◆ Records to use ◆
·····

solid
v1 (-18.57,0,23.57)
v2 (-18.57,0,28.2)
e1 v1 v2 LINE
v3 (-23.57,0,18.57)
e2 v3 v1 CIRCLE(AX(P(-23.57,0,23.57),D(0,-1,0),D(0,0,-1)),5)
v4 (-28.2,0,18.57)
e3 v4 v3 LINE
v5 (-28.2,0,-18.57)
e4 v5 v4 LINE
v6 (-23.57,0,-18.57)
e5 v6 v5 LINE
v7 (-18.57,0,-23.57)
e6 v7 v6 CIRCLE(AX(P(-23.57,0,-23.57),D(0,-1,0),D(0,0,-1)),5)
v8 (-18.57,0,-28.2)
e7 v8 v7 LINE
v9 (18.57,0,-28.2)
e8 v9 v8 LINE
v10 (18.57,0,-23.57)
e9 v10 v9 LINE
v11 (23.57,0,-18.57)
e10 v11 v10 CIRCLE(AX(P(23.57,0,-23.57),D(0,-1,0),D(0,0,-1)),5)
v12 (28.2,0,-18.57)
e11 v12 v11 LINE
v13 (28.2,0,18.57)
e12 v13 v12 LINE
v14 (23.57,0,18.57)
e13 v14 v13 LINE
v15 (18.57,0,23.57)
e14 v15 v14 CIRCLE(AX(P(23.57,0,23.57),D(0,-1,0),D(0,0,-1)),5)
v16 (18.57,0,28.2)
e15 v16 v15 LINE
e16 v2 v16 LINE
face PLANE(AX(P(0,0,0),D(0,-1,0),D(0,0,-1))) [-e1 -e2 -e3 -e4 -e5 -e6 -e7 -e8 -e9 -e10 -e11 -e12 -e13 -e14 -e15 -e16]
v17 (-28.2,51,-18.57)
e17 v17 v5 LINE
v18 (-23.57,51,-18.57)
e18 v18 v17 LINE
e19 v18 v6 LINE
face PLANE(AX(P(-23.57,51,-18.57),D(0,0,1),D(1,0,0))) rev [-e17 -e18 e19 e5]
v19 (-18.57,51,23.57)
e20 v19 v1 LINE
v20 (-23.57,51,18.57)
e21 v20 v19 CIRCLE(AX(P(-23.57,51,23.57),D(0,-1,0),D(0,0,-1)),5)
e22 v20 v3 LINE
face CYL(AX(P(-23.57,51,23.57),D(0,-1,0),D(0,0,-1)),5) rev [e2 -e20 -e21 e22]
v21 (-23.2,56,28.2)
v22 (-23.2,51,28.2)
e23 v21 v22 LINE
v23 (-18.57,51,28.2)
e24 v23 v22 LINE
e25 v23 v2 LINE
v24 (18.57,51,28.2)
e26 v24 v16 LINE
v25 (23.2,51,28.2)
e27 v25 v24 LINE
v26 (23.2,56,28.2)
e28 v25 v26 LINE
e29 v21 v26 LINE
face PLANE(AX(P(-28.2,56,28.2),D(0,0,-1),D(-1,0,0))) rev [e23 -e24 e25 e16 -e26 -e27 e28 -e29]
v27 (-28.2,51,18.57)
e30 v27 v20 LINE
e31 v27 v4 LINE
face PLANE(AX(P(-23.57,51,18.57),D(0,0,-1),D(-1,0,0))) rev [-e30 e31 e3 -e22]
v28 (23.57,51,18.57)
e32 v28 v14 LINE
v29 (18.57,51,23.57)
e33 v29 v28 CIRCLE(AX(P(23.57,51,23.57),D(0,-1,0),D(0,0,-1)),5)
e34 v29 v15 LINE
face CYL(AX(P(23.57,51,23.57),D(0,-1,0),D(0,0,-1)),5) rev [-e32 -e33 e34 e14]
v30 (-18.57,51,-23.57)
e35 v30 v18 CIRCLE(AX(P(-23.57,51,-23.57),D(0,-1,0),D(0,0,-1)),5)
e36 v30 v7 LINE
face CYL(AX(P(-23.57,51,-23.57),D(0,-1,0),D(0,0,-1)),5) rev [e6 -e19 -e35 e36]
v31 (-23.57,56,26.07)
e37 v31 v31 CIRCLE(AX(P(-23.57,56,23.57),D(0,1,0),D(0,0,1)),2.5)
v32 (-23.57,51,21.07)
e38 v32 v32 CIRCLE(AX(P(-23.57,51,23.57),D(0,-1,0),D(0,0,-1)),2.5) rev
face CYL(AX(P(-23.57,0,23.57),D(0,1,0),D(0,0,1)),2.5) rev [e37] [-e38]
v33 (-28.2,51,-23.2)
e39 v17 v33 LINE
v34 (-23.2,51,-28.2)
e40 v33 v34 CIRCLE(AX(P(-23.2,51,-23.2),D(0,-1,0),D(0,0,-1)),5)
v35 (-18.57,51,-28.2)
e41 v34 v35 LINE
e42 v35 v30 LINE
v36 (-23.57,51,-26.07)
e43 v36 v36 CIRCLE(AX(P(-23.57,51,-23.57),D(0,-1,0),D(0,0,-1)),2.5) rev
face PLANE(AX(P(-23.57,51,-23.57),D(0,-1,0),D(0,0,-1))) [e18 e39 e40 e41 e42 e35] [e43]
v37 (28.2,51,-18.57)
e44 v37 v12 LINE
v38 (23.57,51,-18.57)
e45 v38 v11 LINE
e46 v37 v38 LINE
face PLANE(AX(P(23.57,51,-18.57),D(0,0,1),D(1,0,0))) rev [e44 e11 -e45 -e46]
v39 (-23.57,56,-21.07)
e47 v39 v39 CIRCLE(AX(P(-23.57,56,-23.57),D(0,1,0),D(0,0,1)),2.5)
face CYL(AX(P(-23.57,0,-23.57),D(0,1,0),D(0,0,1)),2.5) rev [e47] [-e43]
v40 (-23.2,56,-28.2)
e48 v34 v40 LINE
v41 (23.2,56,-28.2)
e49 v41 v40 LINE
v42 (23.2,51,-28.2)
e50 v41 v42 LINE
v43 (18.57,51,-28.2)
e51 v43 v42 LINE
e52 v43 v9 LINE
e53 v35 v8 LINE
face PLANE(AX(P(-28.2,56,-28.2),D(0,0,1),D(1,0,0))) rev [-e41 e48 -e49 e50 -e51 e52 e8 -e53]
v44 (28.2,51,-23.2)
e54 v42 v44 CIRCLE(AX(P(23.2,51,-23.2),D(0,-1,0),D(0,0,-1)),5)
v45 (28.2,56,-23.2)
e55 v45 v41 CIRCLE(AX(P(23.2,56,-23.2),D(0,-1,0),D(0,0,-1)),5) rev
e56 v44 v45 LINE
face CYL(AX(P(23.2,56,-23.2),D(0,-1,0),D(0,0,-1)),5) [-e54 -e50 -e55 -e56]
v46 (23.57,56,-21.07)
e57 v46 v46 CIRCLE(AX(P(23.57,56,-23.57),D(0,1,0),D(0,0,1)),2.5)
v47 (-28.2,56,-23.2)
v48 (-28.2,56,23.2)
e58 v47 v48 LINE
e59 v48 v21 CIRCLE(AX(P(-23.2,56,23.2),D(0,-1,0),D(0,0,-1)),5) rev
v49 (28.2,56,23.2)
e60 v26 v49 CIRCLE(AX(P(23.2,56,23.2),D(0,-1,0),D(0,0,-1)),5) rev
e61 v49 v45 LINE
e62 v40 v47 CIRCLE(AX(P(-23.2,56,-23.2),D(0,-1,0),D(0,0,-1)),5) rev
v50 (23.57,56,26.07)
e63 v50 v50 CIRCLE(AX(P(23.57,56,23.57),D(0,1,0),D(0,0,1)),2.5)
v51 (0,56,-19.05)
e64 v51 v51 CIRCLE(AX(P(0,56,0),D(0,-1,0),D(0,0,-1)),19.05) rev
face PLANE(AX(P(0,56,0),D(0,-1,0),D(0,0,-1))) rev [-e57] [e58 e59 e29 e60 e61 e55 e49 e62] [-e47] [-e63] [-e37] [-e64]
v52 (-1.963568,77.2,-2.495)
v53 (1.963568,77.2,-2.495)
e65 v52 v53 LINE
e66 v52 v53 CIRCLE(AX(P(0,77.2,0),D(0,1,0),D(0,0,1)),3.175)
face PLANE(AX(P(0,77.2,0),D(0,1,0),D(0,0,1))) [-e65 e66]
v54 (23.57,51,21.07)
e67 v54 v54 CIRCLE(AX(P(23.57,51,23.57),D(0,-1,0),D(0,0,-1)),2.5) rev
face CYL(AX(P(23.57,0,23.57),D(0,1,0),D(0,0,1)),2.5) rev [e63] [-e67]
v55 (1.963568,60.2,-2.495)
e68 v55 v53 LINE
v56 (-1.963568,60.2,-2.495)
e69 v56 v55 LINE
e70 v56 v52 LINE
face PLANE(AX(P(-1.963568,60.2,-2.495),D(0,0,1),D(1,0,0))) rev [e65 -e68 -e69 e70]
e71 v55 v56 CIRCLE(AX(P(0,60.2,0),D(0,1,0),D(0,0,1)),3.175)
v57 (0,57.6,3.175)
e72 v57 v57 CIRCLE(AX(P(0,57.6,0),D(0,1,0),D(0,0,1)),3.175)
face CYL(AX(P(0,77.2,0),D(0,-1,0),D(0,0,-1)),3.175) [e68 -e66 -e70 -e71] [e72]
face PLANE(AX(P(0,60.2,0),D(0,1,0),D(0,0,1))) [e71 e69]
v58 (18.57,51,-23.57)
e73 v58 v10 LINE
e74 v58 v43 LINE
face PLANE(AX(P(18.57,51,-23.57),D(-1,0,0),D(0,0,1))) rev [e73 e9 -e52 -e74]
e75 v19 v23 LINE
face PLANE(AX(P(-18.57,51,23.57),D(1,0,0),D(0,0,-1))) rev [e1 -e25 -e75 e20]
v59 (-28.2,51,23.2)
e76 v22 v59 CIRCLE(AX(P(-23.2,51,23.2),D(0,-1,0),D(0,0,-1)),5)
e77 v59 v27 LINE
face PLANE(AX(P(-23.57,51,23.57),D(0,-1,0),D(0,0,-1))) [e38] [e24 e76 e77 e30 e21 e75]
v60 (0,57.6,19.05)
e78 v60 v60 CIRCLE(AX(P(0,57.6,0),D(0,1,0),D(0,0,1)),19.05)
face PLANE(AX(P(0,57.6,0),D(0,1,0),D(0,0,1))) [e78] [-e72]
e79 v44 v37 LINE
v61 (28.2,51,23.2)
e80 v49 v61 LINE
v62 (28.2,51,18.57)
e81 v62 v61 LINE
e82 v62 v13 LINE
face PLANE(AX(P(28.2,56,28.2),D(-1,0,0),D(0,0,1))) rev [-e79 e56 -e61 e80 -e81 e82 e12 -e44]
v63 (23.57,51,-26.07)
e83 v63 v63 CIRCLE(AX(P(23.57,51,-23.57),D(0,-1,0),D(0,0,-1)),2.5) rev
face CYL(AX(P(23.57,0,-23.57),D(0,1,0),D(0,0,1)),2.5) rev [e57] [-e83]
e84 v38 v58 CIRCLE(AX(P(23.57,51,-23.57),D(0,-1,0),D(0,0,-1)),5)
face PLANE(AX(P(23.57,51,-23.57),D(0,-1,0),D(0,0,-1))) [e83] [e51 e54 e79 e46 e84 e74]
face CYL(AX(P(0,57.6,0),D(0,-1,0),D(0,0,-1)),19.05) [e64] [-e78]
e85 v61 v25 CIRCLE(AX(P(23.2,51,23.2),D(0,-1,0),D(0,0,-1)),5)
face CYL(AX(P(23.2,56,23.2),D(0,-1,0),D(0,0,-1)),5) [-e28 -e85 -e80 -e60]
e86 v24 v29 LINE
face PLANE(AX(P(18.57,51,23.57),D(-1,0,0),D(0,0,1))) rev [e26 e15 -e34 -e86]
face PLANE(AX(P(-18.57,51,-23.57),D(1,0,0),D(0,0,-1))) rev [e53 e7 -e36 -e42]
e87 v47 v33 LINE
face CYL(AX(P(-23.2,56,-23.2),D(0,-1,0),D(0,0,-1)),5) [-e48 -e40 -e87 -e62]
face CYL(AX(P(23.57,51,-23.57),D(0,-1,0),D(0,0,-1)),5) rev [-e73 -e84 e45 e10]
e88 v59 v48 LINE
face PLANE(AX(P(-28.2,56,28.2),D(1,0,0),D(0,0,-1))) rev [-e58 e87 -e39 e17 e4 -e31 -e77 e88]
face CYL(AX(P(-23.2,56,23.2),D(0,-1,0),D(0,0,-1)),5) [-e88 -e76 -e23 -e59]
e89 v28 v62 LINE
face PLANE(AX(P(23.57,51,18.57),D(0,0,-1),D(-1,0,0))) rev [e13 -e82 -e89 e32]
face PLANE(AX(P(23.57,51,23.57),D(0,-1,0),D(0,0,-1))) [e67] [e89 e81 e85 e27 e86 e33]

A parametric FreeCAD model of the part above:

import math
import FreeCAD as App
import Part
import Sketcher
from FreeCAD import Vector


def edges_at(feature, points):
    """Names of the edges that pass closest to the given points."""
    edges = feature.Shape.Edges
    near = lambda p: min(range(len(edges)), key=lambda i: edges[i].distToShape(Part.Vertex(*p))[0])
    return sorted({f"Edge{near(p) + 1}" for p in points})

doc = App.newDocument("Part")
body = doc.addObject("PartDesign::Body", "Body")

# Sketch on XZ plane
sketch1 = doc.addObject("Sketcher::SketchObject", "Sketch")
body.addObject(sketch1)
sketch1.AttachmentSupport = (doc.XZ_Plane, [""])
sketch1.MapMode = "FlatFace"
sketch1.addGeometry([
    Part.LineSegment(Vector(-28, -28, 0), Vector(-28, 28, 0)),
    Part.LineSegment(Vector(-28, 28, 0), Vector(28, 28, 0)),
    Part.LineSegment(Vector(28, 28, 0), Vector(28, -28, 0)),
    Part.LineSegment(Vector(28, -28, 0), Vector(-28, -28, 0)),
], False)
sketch1.addConstraint([
    Sketcher.Constraint("Coincident", 0, 2, 1, 1),
    Sketcher.Constraint("Coincident", 1, 2, 2, 1),
    Sketcher.Constraint("Coincident", 2, 2, 3, 1),
    Sketcher.Constraint("Coincident", 3, 2, 0, 1),
    Sketcher.Constraint("Vertical", 0),
    Sketcher.Constraint("Horizontal", 1),
    Sketcher.Constraint("Vertical", 2),
    Sketcher.Constraint("Horizontal", 3),
    Sketcher.Constraint("Symmetric", 0, 2, 2, 2, -1, 1),
    Sketcher.Constraint("Equal", 3, 0),
    Sketcher.Constraint("DistanceX", 1, 1, 1, 2, 56.4),
])
pad1 = doc.addObject("PartDesign::Pad", "Pad")
body.addObject(pad1)
pad1.Profile = sketch1
pad1.Length = 56
pad1.Reversed = True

·····

Output, from the data above, the lines from the line with "v8 (-18.57,0,-28.2)" to the line with "e41 v34 v35 LINE" exactly as they stand, both ends included and nothing else.

v8 (-18.57,0,-28.2)
e7 v8 v7 LINE
v9 (18.57,0,-28.2)
e8 v9 v8 LINE
v10 (18.57,0,-23.57)
e9 v10 v9 LINE
v11 (23.57,0,-18.57)
e10 v11 v10 CIRCLE(AX(P(23.57,0,-23.57),D(0,-1,0),D(0,0,-1)),5)
v12 (28.2,0,-18.57)
e11 v12 v11 LINE
v13 (28.2,0,18.57)
e12 v13 v12 LINE
v14 (23.57,0,18.57)
e13 v14 v13 LINE
v15 (18.57,0,23.57)
e14 v15 v14 CIRCLE(AX(P(23.57,0,23.57),D(0,-1,0),D(0,0,-1)),5)
v16 (18.57,0,28.2)
e15 v16 v15 LINE
e16 v2 v16 LINE
face PLANE(AX(P(0,0,0),D(0,-1,0),D(0,0,-1))) [-e1 -e2 -e3 -e4 -e5 -e6 -e7 -e8 -e9 -e10 -e11 -e12 -e13 -e14 -e15 -e16]
v17 (-28.2,51,-18.57)
e17 v17 v5 LINE
v18 (-23.57,51,-18.57)
e18 v18 v17 LINE
e19 v18 v6 LINE
face PLANE(AX(P(-23.57,51,-18.57),D(0,0,1),D(1,0,0))) rev [-e17 -e18 e19 e5]
v19 (-18.57,51,23.57)
e20 v19 v1 LINE
v20 (-23.57,51,18.57)
e21 v20 v19 CIRCLE(AX(P(-23.57,51,23.57),D(0,-1,0),D(0,0,-1)),5)
e22 v20 v3 LINE
face CYL(AX(P(-23.57,51,23.57),D(0,-1,0),D(0,0,-1)),5) rev [e2 -e20 -e21 e22]
v21 (-23.2,56,28.2)
v22 (-23.2,51,28.2)
e23 v21 v22 LINE
v23 (-18.57,51,28.2)
e24 v23 v22 LINE
e25 v23 v2 LINE
v24 (18.57,51,28.2)
e26 v24 v16 LINE
v25 (23.2,51,28.2)
e27 v25 v24 LINE
v26 (23.2,56,28.2)
e28 v25 v26 LINE
e29 v21 v26 LINE
face PLANE(AX(P(-28.2,56,28.2),D(0,0,-1),D(-1,0,0))) rev [e23 -e24 e25 e16 -e26 -e27 e28 -e29]
v27 (-28.2,51,18.57)
e30 v27 v20 LINE
e31 v27 v4 LINE
face PLANE(AX(P(-23.57,51,18.57),D(0,0,-1),D(-1,0,0))) rev [-e30 e31 e3 -e22]
v28 (23.57,51,18.57)
e32 v28 v14 LINE
v29 (18.57,51,23.57)
e33 v29 v28 CIRCLE(AX(P(23.57,51,23.57),D(0,-1,0),D(0,0,-1)),5)
e34 v29 v15 LINE
face CYL(AX(P(23.57,51,23.57),D(0,-1,0),D(0,0,-1)),5) rev [-e32 -e33 e34 e14]
v30 (-18.57,51,-23.57)
e35 v30 v18 CIRCLE(AX(P(-23.57,51,-23.57),D(0,-1,0),D(0,0,-1)),5)
e36 v30 v7 LINE
face CYL(AX(P(-23.57,51,-23.57),D(0,-1,0),D(0,0,-1)),5) rev [e6 -e19 -e35 e36]
v31 (-23.57,56,26.07)
e37 v31 v31 CIRCLE(AX(P(-23.57,56,23.57),D(0,1,0),D(0,0,1)),2.5)
v32 (-23.57,51,21.07)
e38 v32 v32 CIRCLE(AX(P(-23.57,51,23.57),D(0,-1,0),D(0,0,-1)),2.5) rev
face CYL(AX(P(-23.57,0,23.57),D(0,1,0),D(0,0,1)),2.5) rev [e37] [-e38]
v33 (-28.2,51,-23.2)
e39 v17 v33 LINE
v34 (-23.2,51,-28.2)
e40 v33 v34 CIRCLE(AX(P(-23.2,51,-23.2),D(0,-1,0),D(0,0,-1)),5)
v35 (-18.57,51,-28.2)
e41 v34 v35 LINE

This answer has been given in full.